• **TASK TO CARRY OUT**: In the data below, find the line that contains "#23=FACE_BOUND('',#22,.T.);" and the line that contains "#33=EDGE_CURVE('',#25,#27,#32,.T.);". Copy both, plus every line between them, exactly.

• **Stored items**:
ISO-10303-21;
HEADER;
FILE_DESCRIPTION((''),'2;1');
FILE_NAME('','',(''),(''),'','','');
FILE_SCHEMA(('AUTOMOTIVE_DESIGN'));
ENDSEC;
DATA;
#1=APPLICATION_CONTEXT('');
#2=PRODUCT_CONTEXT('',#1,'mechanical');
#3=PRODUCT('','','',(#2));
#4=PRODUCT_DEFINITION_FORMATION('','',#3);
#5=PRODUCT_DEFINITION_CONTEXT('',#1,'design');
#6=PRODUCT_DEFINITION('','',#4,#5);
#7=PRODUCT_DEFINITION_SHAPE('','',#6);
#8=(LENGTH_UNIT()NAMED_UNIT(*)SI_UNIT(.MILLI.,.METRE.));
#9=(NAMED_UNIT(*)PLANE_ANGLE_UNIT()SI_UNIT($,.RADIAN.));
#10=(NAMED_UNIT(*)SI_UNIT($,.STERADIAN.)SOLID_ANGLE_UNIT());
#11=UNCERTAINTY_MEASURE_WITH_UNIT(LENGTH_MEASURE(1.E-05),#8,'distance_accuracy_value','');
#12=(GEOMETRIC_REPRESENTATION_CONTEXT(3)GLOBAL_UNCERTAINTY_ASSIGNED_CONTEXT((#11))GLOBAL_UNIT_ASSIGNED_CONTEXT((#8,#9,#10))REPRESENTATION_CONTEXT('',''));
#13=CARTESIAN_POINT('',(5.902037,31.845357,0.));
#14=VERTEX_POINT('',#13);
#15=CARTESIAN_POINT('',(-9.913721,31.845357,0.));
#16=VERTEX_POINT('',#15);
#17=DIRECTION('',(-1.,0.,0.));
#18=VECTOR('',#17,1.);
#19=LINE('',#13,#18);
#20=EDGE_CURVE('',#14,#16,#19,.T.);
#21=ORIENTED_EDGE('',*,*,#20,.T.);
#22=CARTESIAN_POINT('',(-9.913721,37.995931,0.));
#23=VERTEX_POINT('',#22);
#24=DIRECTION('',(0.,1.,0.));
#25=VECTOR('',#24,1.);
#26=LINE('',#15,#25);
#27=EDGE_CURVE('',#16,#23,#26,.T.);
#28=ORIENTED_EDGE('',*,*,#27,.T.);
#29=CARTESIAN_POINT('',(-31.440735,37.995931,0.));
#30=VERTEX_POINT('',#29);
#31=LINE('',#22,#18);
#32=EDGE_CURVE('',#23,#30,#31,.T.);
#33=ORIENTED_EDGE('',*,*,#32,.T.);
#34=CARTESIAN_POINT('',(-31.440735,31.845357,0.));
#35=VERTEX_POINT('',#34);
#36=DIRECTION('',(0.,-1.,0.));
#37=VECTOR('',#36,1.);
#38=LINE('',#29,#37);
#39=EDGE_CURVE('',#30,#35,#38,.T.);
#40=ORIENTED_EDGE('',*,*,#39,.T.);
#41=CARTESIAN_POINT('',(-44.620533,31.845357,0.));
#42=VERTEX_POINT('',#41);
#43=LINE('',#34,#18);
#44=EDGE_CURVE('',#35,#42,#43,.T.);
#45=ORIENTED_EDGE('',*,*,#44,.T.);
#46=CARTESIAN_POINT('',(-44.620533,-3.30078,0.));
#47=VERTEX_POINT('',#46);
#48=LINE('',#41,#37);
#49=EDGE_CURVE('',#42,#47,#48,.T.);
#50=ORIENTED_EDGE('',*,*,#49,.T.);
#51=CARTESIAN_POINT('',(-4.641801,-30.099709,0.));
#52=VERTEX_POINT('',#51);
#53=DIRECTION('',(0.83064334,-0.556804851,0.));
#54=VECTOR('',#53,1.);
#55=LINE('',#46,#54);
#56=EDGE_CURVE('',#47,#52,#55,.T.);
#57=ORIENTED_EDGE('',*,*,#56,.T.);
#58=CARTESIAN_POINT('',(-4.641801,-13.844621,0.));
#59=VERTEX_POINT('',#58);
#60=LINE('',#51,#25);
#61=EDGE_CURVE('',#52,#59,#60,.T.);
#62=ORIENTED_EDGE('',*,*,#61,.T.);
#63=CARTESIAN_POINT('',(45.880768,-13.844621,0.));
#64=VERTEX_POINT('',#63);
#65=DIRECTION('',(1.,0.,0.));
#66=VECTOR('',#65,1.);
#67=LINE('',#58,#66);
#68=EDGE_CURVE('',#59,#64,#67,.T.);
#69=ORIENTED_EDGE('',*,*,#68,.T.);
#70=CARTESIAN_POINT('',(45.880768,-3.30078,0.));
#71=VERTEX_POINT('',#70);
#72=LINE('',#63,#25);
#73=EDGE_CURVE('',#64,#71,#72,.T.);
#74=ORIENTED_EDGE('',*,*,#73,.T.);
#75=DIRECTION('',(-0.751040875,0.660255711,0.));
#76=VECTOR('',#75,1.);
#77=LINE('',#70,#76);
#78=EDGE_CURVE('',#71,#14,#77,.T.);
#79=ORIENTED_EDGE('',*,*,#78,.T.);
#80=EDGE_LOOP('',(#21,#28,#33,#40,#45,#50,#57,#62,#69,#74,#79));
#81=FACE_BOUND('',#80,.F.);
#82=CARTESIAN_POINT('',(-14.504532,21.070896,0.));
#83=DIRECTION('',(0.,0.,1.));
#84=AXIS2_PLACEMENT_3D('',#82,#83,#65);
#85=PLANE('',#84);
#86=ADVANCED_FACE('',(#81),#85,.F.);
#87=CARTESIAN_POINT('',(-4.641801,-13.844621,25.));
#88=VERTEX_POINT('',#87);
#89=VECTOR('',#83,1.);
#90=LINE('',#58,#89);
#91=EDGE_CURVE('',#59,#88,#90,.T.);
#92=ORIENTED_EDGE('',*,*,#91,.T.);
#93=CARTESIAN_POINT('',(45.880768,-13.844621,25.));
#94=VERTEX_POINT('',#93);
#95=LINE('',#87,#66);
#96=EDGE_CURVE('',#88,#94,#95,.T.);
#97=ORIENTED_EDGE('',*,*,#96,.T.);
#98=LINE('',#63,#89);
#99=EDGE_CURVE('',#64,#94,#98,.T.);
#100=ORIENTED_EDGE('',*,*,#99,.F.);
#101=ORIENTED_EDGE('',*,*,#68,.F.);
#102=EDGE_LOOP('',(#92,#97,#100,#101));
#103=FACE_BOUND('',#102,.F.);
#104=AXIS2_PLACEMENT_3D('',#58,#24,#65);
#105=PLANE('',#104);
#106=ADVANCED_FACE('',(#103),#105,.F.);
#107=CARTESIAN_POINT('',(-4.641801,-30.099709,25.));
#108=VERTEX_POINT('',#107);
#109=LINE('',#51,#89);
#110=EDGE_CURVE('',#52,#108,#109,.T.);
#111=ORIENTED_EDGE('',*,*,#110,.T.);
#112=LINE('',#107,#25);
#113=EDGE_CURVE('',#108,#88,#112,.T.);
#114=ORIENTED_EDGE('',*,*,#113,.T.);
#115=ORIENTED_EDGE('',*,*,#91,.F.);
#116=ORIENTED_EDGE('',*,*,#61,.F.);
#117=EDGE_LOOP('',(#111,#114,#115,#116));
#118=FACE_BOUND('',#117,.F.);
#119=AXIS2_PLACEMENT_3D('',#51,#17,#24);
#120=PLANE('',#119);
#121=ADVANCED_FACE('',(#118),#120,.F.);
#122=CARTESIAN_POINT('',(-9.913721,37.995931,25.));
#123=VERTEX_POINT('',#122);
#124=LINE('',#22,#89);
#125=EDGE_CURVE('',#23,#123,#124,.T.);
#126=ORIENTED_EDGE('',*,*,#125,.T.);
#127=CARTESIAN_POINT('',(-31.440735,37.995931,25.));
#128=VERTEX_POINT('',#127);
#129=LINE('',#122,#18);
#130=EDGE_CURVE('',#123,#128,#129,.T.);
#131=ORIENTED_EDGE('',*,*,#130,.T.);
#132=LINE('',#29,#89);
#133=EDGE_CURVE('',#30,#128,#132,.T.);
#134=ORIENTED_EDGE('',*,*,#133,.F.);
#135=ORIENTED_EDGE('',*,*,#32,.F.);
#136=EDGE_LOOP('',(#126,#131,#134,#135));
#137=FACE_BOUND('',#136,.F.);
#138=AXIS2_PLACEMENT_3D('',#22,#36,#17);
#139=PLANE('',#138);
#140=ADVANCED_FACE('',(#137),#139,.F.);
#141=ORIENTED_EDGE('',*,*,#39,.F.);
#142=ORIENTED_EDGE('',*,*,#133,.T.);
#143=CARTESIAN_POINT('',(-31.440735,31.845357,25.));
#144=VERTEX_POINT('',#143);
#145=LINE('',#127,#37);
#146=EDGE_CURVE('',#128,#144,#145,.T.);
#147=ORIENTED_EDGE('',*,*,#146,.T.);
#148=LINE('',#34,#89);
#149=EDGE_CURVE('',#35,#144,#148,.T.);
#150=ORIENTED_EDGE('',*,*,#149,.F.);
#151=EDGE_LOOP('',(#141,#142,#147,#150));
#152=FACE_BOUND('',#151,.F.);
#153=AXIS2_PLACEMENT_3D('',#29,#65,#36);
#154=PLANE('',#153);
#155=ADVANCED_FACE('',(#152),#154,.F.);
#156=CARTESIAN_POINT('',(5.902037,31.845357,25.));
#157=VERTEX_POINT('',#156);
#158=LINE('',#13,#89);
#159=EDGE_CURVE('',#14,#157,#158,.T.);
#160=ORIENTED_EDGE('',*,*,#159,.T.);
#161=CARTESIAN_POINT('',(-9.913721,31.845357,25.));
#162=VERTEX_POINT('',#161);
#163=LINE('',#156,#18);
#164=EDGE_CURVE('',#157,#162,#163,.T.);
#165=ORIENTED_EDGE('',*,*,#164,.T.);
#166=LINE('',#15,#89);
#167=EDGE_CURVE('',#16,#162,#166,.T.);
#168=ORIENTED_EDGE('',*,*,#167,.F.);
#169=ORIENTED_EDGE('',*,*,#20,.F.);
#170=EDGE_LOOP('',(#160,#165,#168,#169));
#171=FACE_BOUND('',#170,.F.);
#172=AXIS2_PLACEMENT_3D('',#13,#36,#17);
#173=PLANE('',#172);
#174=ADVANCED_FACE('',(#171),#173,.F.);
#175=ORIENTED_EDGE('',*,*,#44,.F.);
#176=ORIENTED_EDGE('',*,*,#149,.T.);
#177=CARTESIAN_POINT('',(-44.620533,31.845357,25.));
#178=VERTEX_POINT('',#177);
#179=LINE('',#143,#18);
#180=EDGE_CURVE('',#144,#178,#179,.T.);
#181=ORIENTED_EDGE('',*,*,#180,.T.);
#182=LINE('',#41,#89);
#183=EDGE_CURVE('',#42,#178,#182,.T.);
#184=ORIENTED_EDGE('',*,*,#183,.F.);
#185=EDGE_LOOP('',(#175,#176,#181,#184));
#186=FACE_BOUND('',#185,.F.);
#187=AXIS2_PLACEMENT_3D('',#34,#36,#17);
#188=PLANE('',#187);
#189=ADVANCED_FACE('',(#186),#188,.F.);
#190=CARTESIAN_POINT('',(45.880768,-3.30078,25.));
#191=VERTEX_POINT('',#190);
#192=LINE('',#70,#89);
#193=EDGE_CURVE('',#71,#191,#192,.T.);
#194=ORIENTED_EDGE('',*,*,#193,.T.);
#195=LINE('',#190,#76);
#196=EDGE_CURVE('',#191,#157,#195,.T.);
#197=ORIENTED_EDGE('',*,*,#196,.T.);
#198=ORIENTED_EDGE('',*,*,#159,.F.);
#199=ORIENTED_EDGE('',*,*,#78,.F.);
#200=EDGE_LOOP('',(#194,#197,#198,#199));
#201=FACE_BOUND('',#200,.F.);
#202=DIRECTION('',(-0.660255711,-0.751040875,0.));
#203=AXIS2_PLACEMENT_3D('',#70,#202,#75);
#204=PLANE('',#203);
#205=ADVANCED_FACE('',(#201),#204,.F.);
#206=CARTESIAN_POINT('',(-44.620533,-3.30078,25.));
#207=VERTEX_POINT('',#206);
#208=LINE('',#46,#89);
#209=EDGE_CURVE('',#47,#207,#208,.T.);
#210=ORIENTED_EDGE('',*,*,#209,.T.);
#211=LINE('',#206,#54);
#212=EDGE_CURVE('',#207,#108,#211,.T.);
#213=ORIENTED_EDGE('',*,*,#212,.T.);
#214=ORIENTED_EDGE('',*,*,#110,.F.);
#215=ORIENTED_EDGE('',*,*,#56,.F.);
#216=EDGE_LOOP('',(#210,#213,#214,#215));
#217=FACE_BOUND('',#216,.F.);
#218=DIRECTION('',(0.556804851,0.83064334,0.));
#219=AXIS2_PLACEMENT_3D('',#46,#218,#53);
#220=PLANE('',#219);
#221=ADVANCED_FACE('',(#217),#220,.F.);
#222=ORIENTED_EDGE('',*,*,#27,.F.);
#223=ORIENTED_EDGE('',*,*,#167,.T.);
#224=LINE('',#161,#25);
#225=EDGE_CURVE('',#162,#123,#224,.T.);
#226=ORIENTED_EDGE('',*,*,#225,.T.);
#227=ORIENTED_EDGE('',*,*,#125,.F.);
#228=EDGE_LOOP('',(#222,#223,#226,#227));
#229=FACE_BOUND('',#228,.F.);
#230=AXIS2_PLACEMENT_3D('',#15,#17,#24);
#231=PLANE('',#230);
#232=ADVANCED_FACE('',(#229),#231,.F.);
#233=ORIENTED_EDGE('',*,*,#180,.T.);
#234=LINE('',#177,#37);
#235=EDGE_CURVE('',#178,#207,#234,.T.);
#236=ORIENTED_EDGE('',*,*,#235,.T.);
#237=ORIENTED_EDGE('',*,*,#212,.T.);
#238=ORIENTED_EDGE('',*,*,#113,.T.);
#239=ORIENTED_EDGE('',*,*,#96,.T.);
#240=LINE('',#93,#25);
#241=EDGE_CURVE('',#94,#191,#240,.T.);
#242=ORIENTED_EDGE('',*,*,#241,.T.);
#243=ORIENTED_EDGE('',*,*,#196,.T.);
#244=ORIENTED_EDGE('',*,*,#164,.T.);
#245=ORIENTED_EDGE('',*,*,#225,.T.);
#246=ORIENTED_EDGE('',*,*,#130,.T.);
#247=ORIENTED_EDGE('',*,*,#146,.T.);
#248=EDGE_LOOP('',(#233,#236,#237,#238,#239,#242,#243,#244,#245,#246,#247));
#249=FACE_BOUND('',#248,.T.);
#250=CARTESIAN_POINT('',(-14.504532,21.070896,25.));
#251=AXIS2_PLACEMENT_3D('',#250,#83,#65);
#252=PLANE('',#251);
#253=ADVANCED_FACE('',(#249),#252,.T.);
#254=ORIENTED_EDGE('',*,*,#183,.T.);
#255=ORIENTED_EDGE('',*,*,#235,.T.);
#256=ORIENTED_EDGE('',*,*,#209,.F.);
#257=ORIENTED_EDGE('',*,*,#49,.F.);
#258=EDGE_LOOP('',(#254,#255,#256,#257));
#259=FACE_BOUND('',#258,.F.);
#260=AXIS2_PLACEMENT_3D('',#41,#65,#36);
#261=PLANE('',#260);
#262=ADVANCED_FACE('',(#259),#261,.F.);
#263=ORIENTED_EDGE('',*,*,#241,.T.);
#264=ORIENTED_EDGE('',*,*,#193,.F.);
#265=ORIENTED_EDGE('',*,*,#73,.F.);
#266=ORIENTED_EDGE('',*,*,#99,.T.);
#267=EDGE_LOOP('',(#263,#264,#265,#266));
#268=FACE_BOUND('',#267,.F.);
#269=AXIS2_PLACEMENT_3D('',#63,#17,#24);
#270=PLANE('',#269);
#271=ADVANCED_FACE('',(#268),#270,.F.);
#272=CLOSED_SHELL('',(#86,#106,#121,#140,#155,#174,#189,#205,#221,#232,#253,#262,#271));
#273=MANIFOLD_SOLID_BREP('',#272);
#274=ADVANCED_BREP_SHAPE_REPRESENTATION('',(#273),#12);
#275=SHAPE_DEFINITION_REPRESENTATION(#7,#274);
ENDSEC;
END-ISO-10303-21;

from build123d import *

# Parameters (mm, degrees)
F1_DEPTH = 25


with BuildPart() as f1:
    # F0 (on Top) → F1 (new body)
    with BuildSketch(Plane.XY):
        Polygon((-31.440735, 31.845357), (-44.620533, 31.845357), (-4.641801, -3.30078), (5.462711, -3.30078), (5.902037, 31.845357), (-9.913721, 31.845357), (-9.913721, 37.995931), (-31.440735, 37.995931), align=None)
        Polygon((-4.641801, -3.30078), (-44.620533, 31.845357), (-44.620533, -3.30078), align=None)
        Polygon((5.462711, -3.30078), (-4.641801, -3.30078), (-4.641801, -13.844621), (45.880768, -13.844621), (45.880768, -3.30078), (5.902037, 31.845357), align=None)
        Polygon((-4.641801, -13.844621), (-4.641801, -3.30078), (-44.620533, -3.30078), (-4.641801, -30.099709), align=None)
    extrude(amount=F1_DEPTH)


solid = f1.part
* * *
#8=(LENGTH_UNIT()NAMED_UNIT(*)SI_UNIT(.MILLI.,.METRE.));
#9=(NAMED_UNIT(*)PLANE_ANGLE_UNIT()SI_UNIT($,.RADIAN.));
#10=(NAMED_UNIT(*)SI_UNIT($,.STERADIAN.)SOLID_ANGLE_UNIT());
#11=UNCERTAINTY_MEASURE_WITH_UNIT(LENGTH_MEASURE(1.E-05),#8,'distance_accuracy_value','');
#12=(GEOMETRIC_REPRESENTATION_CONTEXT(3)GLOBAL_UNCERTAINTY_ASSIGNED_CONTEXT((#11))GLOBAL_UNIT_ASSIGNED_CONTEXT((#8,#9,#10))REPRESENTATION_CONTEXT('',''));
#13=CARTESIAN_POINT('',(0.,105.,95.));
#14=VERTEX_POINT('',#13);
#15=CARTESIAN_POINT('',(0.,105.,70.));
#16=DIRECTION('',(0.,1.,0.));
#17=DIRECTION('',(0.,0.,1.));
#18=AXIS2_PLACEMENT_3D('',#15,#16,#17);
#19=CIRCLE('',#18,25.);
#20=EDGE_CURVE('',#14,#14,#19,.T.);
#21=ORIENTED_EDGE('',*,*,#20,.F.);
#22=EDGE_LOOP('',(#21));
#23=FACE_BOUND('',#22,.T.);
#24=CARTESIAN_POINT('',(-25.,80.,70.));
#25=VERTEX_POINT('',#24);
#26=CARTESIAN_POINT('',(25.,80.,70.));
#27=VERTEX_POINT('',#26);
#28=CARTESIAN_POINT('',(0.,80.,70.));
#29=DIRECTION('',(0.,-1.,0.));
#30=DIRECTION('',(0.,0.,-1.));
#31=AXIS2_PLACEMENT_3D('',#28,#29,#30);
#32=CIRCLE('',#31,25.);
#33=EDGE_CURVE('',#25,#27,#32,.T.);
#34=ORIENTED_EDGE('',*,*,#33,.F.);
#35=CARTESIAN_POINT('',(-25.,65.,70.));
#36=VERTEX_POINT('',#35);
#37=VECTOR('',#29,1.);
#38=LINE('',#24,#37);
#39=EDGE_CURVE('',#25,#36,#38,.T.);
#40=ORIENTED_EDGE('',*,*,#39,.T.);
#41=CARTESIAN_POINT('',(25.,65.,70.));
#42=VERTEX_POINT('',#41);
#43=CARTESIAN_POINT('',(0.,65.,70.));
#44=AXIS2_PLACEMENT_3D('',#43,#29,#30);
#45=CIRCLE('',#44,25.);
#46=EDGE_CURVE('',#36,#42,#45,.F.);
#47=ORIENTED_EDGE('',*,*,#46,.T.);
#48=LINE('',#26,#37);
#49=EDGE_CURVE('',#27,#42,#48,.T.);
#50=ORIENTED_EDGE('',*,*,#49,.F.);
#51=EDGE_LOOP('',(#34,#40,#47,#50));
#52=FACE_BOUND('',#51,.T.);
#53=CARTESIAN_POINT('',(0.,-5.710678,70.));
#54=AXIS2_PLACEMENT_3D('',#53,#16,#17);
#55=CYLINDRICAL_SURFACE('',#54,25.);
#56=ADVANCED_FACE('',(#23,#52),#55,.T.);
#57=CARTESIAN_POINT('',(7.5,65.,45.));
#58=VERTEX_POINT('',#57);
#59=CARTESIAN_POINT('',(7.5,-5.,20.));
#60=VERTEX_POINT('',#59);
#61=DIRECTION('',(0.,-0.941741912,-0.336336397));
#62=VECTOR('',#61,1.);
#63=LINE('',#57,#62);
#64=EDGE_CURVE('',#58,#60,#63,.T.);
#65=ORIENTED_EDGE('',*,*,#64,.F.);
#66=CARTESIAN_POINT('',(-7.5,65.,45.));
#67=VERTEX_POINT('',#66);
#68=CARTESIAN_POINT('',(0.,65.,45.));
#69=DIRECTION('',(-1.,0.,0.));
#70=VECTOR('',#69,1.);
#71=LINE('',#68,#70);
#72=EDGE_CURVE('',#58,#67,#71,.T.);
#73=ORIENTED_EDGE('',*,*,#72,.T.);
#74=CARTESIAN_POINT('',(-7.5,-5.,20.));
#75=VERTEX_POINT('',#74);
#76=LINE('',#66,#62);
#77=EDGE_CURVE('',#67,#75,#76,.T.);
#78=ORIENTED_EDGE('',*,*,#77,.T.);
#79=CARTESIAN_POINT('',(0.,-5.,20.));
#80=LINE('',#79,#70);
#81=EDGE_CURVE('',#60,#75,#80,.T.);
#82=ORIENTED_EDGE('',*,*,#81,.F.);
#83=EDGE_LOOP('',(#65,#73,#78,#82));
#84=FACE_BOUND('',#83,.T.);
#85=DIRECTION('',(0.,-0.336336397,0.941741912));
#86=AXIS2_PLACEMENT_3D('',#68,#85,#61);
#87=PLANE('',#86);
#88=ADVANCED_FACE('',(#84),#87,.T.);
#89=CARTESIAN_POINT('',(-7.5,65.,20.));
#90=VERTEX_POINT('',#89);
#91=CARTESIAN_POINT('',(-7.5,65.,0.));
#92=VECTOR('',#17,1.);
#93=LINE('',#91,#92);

• **ANSWER TO THE EXERCISE**:
#23=FACE_BOUND('',#22,.T.);
#24=CARTESIAN_POINT('',(-25.,80.,70.));
#25=VERTEX_POINT('',#24);
#26=CARTESIAN_POINT('',(25.,80.,70.));
#27=VERTEX_POINT('',#26);
#28=CARTESIAN_POINT('',(0.,80.,70.));
#29=DIRECTION('',(0.,-1.,0.));
#30=DIRECTION('',(0.,0.,-1.));
#31=AXIS2_PLACEMENT_3D('',#28,#29,#30);
#32=CIRCLE('',#31,25.);
#33=EDGE_CURVE('',#25,#27,#32,.T.);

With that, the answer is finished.